The income portion of the MCIM portfolio will be a large investment “bucket” and include:

  • Various classifications of income oriented CEFs consisting of corporate and government bonds, notes and loans; Mortgage and other real estate based securities, preferred stocks, senior loans, floating rate securities, etc. Funds, on average, have income payment track records that span decades.

  • They are also traded regularly for a reasonable profit, and are never held beyond what a year’s interest can be paid in advance. When bank CD rates are as low as 2% per annum as they are now, a 4% short-term gain (reinvested between 7% and 9%) is nothing to sneeze at.

Assets in MCIM portfolios are allocated and managed so that a 4% drawdown (and a short-term contingency reserve) costs only 70% or so of gross income. This “stuff” is needed to pay bills, fund vacations, celebrate important life milestones, and protect and care for loved ones. You don’t just want to sell assets to take care of necessities or emergencies, and here’s a fact of investment life that Wall Street doesn’t want you to know:

  • Changes in the stock market (and changes in interest rates) generally have no effect on the income paid by the securities you own, and falling market values ​​always provide an opportunity to add to positions…

  • Thus reducing their cost per share basis and increasing your return on invested capital. Falling bond prices are a more important opportunity than similar corrections in share prices.

A 40% equity, 60% income asset allocation (assuming 4% income from the equity side and 7.5% from the income side) would have yielded less than 6.1% in actual cost money, due to two major market downturns in the world in those twenty years. And it will have:

  • Eliminated all annual draw downs, and

  • Produced about $2,000 a month to reinvest

After 20 years, that million dollar, 1998, nest egg would have been roughly $1.515 million and generating at least $92,000 in spending money per year… Note that these figures do not include net capital gains from trading and reinvestment at optimal rates. than 6.1%. So this is, perhaps, the worst case scenario.

So stop chasing the high market value “holy grail” that your financial advisors want you to worship with every emotional and physical fiber of your financial consciousness. Break free from restrictions on your earning potential. When you leave your final employment, you should be earning almost as much in “base income” (interest and dividends) from your investment portfolio as you were in salary…

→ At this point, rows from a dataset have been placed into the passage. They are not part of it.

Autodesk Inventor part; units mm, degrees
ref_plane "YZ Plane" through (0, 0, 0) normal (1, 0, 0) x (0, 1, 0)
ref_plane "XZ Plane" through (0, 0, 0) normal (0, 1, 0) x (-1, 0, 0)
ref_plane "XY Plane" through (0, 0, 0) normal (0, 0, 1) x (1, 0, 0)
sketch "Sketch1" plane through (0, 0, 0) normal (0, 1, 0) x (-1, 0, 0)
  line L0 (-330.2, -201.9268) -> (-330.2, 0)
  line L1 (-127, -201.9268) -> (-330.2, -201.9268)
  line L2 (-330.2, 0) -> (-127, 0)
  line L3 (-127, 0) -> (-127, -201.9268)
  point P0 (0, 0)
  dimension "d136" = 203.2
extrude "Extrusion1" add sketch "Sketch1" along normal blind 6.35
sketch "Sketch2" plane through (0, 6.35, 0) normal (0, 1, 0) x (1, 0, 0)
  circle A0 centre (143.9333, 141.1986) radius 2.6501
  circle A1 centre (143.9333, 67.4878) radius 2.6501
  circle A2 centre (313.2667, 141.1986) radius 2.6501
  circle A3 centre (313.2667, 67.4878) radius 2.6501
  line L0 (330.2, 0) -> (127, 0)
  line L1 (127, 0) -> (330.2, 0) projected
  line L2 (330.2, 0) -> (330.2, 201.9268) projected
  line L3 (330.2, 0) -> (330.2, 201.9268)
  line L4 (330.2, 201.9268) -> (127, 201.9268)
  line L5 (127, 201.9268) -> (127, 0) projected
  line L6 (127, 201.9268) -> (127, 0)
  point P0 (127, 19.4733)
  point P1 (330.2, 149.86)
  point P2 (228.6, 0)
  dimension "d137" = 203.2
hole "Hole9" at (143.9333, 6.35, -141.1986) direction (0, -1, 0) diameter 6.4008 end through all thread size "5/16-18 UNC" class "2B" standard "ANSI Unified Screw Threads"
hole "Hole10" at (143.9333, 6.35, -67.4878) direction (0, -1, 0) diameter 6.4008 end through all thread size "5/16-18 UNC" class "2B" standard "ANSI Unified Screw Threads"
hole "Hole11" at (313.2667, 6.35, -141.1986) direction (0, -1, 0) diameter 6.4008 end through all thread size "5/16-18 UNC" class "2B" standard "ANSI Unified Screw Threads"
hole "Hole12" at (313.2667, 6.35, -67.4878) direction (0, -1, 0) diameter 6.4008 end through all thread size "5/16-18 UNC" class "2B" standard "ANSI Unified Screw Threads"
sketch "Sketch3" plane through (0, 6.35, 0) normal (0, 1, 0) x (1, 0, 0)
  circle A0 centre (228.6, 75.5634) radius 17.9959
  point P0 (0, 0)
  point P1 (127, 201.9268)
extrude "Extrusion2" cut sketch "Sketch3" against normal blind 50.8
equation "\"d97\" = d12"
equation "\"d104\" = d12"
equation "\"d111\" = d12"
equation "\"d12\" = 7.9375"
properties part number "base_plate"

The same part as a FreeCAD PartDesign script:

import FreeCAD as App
import Part
import Sketcher
Q = App.Units.Quantity

doc = App.newDocument("Part")
params = doc.addObject("Spreadsheet::Sheet", "Params")
for row, (alias, value) in enumerate([
    ("sketch1_width", "8 in"),
    ("pad1_length", "0.25 in"),
    ("sketch2_diameter", "0.252 in"),
    ("hole_diameter", "0.252 in"),
    ("sketch3_diameter", "0.252 in"),
    ("hole2_diameter", "0.252 in"),
    ("sketch4_diameter", "0.252 in"),
    ("hole3_diameter", "0.252 in"),
    ("sketch5_diameter", "0.252 in"),
    ("hole4_diameter", "0.252 in"),
    ("sketch6_diameter", "1.417 in"),
    ("pocket1_length", "2 in"),
], start=1):
    params.set(f"A{row}", alias)
    params.set(f"B{row}", "=" + value)
    params.setAlias(f"B{row}", alias)

body = doc.addObject("PartDesign::Body", "Body")

# Sketch on XZ plane
sketch1 = body.newObject("Sketcher::SketchObject", "Sketch")
sketch1.AttachmentSupport = (doc.getObject("XZ_Plane"), [""])
sketch1.MapMode = "FlatFace"
sketch1.addGeometry([
    Part.LineSegment(App.Vector(330, 0, 0), App.Vector(330, -202, 0)),
    Part.LineSegment(App.Vector(330, -202, 0), App.Vector(127, -202, 0)),
    Part.LineSegment(App.Vector(127, -202, 0), App.Vector(127, 0, 0)),
    Part.LineSegment(App.Vector(127, 0, 0), App.Vector(330, 0, 0)),
], False)
sketch1.addConstraint([
    Sketcher.Constraint("Coincident", 0, 2, 1, 1),
    Sketcher.Constraint("Coincident", 1, 2, 2, 1),
    Sketcher.Constraint("Coincident", 2, 2, 3, 1),
    Sketcher.Constraint("Coincident", 3, 2, 0, 1),
    Sketcher.Constraint("Vertical", 0),
    Sketcher.Constraint("Horizontal", 1),
    Sketcher.Constraint("Vertical", 2),
    Sketcher.Constraint("Horizontal", 3),
    Sketcher.Constraint("PointOnObject", 2, 2, -1),
    Sketcher.Constraint("DistanceX", 1, 2, 1, 1, Q("8 in")),
    Sketcher.Constraint("DistanceX", -1, 1, 0, 2, Q("13 in")),
    Sketcher.Constraint("DistanceY", 0, 2, 0, 1, 201.9268),
])
sketch1.setExpression("Constraints[9]", "Params.sketch1_width")
pad1 = body.newObject("PartDesign::Pad", "Pad")
pad1.Profile = sketch1
pad1.setExpression("Length", "Params.pad1_length")
pad1.Reversed = True

# Sketch on XZ plane
sketch2 = body.newObject("Sketcher::SketchObject", "Sketch001")
sketch2.AttachmentSupport = (doc.getObject("XZ_Plane"), [""])
sketch2.MapMode = "FlatFace"
sketch2.AttachmentOffset = App.Placement(App.Vector(0, 0, -0.25 * 25.4), App.Rotation())
sketch2.addGeometry(Part.Circle(App.Vector(143.9, -141.2, 0), App.Vector(0, 0, 1), 3.2), False)
sketch2.addConstraint([
    Sketcher.Constraint("Diameter", 0, Q("0.252 in")),
    Sketcher.Constraint("DistanceY", 0, 3, -1, 1, Q("5.559 in")),
    Sketcher.Constraint("DistanceX", -1, 1, 0, 3, 143.9333),
])
sketch2.setExpression("Constraints[0]", "Params.sketch2_diameter")
doc.recompute()
hole = body.newObject("PartDesign::Hole", "Hole")
hole.Profile = sketch2
hole.ThreadType = "None"
hole.setExpression("Diameter", "Params.hole_diameter")
hole.DepthType = "ThroughAll"
hole.Reversed = True

# Sketch on XZ plane
sketch3 = body.newObject("Sketcher::SketchObject", "Sketch002")
sketch3.AttachmentSupport = (doc.getObject("XZ_Plane"), [""])
sketch3.MapMode = "FlatFace"
sketch3.AttachmentOffset = App.Placement(App.Vector(0, 0, -0.25 * 25.4), App.Rotation())
sketch3.addGeometry(Part.Circle(App.Vector(143.9, -67.5, 0), App.Vector(0, 0, 1), 3.2), False)
sketch3.addConstraint([
    Sketcher.Constraint("Diameter", 0, Q("0.252 in")),
    Sketcher.Constraint("DistanceY", 0, 3, -1, 1, Q("2.657 in")),
    Sketcher.Constraint("DistanceX", -1, 1, 0, 3, 143.9333),
])
sketch3.setExpression("Constraints[0]", "Params.sketch3_diameter")
doc.recompute()
hole2 = body.newObject("PartDesign::Hole", "Hole001")
hole2.Profile = sketch3
hole2.ThreadType = "None"
hole2.setExpression("Diameter", "Params.hole2_diameter")
hole2.DepthType = "ThroughAll"
hole2.Reversed = True

# Sketch on XZ plane
sketch4 = body.newObject("Sketcher::SketchObject", "Sketch003")
sketch4.AttachmentSupport = (doc.getObject("XZ_Plane"), [""])
sketch4.MapMode = "FlatFace"
sketch4.AttachmentOffset = App.Placement(App.Vector(0, 0, -0.25 * 25.4), App.Rotation())
sketch4.addGeometry(Part.Circle(App.Vector(313.3, -141.2, 0), App.Vector(0, 0, 1), 3.2), False)
sketch4.addConstraint([
    Sketcher.Constraint("Diameter", 0, Q("0.252 in")),
    Sketcher.Constraint("DistanceY", 0, 3, -1, 1, Q("5.559 in")),
    Sketcher.Constraint("DistanceX", -1, 1, 0, 3, 313.2667),
])
sketch4.setExpression("Constraints[0]", "Params.sketch4_diameter")
doc.recompute()
hole3 = body.newObject("PartDesign::Hole", "Hole002")
hole3.Profile = sketch4
hole3.ThreadType = "None"
hole3.setExpression("Diameter", "Params.hole3_diameter")
hole3.DepthType = "ThroughAll"
hole3.Reversed = True

# Sketch on XZ plane
sketch5 = body.newObject("Sketcher::SketchObject", "Sketch004")
sketch5.AttachmentSupport = (doc.getObject("XZ_Plane"), [""])
sketch5.MapMode = "FlatFace"
sketch5.AttachmentOffset = App.Placement(App.Vector(0, 0, -0.25 * 25.4), App.Rotation())
sketch5.addGeometry(Part.Circle(App.Vector(313.3, -67.5, 0), App.Vector(0, 0, 1), 3.2), False)
sketch5.addConstraint([
    Sketcher.Constraint("Diameter", 0, Q("0.252 in")),
    Sketcher.Constraint("DistanceY", 0, 3, -1, 1, Q("2.657 in")),
    Sketcher.Constraint("DistanceX", -1, 1, 0, 3, 313.2667),
])
sketch5.setExpression("Constraints[0]", "Params.sketch5_diameter")
doc.recompute()
hole4 = body.newObject("PartDesign::Hole", "Hole003")
hole4.Profile = sketch5
hole4.ThreadType = "None"
hole4.setExpression("Diameter", "Params.hole4_diameter")
hole4.DepthType = "ThroughAll"
hole4.Reversed = True

# Sketch on XZ plane
sketch6 = body.newObject("Sketcher::SketchObject", "Sketch005")
sketch6.AttachmentSupport = (doc.getObject("XZ_Plane"), [""])
sketch6.MapMode = "FlatFace"
sketch6.AttachmentOffset = App.Placement(App.Vector(0, 0, -0.25 * 25.4), App.Rotation())
sketch6.addGeometry(Part.Circle(App.Vector(229, -76, 0), App.Vector(0, 0, 1), 18), False)
sketch6.addConstraint([
    Sketcher.Constraint("Diameter", 0, Q("1.417 in")),
    Sketcher.Constraint("DistanceX", -1, 1, 0, 3, Q("9 in")),
    Sketcher.Constraint("DistanceY", 0, 3, -1, 1, 75.5634),
])
sketch6.setExpression("Constraints[0]", "Params.sketch6_diameter")
pocket1 = body.newObject("PartDesign::Pocket", "Pocket")
pocket1.Profile = sketch6
pocket1.setExpression("Length", "Params.pocket1_length")
pocket1.Reversed = True

doc.recompute()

However, income generation is not an issue in today’s retirement planning environment. 401k plans are not required to provide it; IRA accounts are typically invested in Wall Street products that are not structured to produce income; Financial advisors focus on total return and market value numbers. Just ask them to assess your current income and count the “ums”, “ahs” and “buts”.

You don’t have to accept this, and you won’t prepare for retirement by focusing on market value or total return. High market values ​​stimulate ego; High income levels fuel the boat. What’s in your wallet?